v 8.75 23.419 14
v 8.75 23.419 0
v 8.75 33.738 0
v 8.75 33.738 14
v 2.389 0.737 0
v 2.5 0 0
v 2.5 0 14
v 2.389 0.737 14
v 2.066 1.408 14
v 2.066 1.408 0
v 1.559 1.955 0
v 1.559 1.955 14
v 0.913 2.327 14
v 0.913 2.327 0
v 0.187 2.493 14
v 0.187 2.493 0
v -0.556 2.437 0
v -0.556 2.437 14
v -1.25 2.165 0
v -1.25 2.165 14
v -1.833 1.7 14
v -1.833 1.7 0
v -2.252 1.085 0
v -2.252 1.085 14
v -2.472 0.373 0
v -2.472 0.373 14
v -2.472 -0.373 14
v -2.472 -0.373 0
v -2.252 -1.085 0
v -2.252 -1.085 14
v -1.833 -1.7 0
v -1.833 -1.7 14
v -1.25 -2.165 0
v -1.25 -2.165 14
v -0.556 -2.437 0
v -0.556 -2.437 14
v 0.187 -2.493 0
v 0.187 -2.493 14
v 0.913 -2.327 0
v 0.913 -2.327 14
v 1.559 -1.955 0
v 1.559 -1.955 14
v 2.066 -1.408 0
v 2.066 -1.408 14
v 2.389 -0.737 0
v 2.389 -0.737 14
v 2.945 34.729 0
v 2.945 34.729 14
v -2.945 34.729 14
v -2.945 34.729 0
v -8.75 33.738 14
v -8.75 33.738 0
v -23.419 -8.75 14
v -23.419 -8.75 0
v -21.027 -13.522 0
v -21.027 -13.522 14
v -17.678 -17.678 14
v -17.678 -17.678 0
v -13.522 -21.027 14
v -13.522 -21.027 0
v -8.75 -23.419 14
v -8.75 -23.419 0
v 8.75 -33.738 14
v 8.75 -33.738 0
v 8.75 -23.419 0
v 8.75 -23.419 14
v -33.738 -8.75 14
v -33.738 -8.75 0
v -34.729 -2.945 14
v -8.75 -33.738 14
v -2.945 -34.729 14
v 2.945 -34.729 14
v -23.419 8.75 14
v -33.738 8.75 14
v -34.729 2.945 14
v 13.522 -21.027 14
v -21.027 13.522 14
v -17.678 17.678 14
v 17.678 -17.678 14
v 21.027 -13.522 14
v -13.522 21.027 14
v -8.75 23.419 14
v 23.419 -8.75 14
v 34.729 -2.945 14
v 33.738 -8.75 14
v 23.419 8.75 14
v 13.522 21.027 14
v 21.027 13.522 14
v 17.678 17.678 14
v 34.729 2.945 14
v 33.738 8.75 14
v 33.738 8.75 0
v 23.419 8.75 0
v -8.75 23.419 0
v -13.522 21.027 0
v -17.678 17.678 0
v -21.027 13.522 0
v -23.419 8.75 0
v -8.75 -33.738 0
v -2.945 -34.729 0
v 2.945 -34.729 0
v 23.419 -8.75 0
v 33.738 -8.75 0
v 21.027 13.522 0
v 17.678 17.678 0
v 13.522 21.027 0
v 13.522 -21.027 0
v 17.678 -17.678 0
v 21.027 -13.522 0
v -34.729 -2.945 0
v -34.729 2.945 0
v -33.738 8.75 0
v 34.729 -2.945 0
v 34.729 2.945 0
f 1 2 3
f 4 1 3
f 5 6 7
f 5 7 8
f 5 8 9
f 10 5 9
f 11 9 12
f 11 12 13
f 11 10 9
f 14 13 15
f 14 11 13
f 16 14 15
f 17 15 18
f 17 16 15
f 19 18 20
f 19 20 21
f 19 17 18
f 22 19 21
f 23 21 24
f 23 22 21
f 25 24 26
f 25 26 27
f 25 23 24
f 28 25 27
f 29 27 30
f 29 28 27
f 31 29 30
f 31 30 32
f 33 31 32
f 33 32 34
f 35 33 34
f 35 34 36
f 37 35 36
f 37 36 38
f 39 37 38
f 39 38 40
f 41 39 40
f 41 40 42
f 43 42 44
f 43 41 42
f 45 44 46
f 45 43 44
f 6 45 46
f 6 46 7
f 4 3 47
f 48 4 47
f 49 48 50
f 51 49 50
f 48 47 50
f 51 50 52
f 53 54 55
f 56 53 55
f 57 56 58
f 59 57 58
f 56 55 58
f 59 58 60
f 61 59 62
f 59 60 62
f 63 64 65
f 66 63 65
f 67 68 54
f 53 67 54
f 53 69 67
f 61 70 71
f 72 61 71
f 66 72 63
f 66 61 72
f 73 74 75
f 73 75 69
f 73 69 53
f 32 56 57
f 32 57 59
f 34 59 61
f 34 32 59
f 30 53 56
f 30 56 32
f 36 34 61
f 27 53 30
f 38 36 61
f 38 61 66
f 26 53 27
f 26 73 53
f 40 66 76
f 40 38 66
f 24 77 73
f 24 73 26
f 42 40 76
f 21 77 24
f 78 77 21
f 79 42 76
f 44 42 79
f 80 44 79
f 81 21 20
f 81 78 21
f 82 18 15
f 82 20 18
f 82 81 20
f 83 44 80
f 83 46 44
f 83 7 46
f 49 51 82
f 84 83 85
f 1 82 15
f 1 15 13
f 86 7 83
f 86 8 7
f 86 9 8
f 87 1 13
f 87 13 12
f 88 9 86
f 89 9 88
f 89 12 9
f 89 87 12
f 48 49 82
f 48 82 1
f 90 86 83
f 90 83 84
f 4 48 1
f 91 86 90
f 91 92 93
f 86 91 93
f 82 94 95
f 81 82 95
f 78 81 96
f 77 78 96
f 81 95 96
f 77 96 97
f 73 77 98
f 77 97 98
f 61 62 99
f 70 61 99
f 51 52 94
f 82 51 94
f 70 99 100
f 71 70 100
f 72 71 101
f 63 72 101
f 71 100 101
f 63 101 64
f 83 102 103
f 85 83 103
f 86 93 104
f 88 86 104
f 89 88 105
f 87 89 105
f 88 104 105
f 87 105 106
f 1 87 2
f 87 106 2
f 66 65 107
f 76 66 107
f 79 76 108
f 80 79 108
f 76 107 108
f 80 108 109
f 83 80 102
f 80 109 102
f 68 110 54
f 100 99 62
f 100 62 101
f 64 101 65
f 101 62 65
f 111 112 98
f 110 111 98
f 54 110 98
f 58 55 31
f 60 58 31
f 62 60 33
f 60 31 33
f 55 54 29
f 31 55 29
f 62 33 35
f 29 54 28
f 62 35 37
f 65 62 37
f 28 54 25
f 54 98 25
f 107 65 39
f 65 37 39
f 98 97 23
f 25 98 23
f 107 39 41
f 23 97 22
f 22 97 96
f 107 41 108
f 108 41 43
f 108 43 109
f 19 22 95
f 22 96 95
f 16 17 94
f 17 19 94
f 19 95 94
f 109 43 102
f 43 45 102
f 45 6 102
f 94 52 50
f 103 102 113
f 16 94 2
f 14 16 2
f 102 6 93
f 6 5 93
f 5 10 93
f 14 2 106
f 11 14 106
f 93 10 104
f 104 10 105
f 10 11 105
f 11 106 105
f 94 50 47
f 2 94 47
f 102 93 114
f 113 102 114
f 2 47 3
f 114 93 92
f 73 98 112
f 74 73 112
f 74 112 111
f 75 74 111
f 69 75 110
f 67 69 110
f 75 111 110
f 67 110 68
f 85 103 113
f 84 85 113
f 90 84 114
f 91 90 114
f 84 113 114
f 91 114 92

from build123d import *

# Parameters (mm, degrees)
ROTOR_SKETCH_R = 2.5
ROTOR_DEPTH    = 14


with BuildPart() as part:
    # Rotor_Sketch → Rotor (new body)
    with BuildSketch(Plane.XY):
        with BuildLine():
            Line((-8.75, 33.737818734), (-8.75, 23.418742494))
            ThreePointArc((-8.75, 23.418742494), (-17.67766953, 17.67766953), (-23.418742494, 8.75))
            Line((-23.418742494, 8.75), (-33.737818734, 8.75))
            ThreePointArc((-33.737818734, 8.75), (-34.854022909, 0), (-33.737818734, -8.75))
            Line((-33.737818734, -8.75), (-23.418742494, -8.75))
            ThreePointArc((-23.418742494, -8.75), (-17.67766953, -17.67766953), (-8.75, -23.418742494))
            Line((-8.75, -23.418742494), (-8.75, -33.737818734))
            ThreePointArc((-8.75, -33.737818734), (0, -34.854022909), (8.75, -33.737818734))
            Line((8.75, -33.737818734), (8.75, -23.418742494))
            ThreePointArc((8.75, -23.418742494), (17.67766953, -17.67766953), (23.418742494, -8.75))
            Line((23.418742494, -8.75), (33.737818734, -8.75))
            ThreePointArc((33.737818734, -8.75), (34.854022909, 0), (33.737818734, 8.75))
            Line((33.737818734, 8.75), (23.418742494, 8.75))
            ThreePointArc((23.418742494, 8.75), (17.67766953, 17.67766953), (8.75, 23.418742494))
            Line((8.75, 23.418742494), (8.75, 33.737818734))
            ThreePointArc((8.75, 33.737818734), (0, 34.854022909), (-8.75, 33.737818734))
        make_face()
        Circle(ROTOR_SKETCH_R, mode=Mode.SUBTRACT)
    extrude(amount=ROTOR_DEPTH)


solid = part.part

EXERCISE DIRECTIONS:
Using the records above, write out exactly the lines between the one holding "f 85 83 103" and the one holding "f 91 114 92", inclusive; leave everything else out.

RESPONSE TO THIS EXERCISE:
f 85 83 103
f 86 93 104
f 88 86 104
f 89 88 105
f 87 89 105
f 88 104 105
f 87 105 106
f 1 87 2
f 87 106 2
f 66 65 107
f 76 66 107
f 79 76 108
f 80 79 108
f 76 107 108
f 80 108 109
f 83 80 102
f 80 109 102
f 68 110 54
f 100 99 62
f 100 62 101
f 64 101 65
f 101 62 65
f 111 112 98
f 110 111 98
f 54 110 98
f 58 55 31
f 60 58 31
f 62 60 33
f 60 31 33
f 55 54 29
f 31 55 29
f 62 33 35
f 29 54 28
f 62 35 37
f 65 62 37
f 28 54 25
f 54 98 25
f 107 65 39
f 65 37 39
f 98 97 23
f 25 98 23
f 107 39 41
f 23 97 22
f 22 97 96
f 107 41 108
f 108 41 43
f 108 43 109
f 19 22 95
f 22 96 95
f 16 17 94
f 17 19 94
f 19 95 94
f 109 43 102
f 43 45 102
f 45 6 102
f 94 52 50
f 103 102 113
f 16 94 2
f 14 16 2
f 102 6 93
f 6 5 93
f 5 10 93
f 14 2 106
f 11 14 106
f 93 10 104
f 104 10 105
f 10 11 105
f 11 106 105
f 94 50 47
f 2 94 47
f 102 93 114
f 113 102 114
f 2 47 3
f 114 93 92
f 73 98 112
f 74 73 112
f 74 112 111
f 75 74 111
f 69 75 110
f 67 69 110
f 75 111 110
f 67 110 68
f 85 103 113
f 84 85 113
f 90 84 114
f 91 90 114
f 84 113 114
f 91 114 92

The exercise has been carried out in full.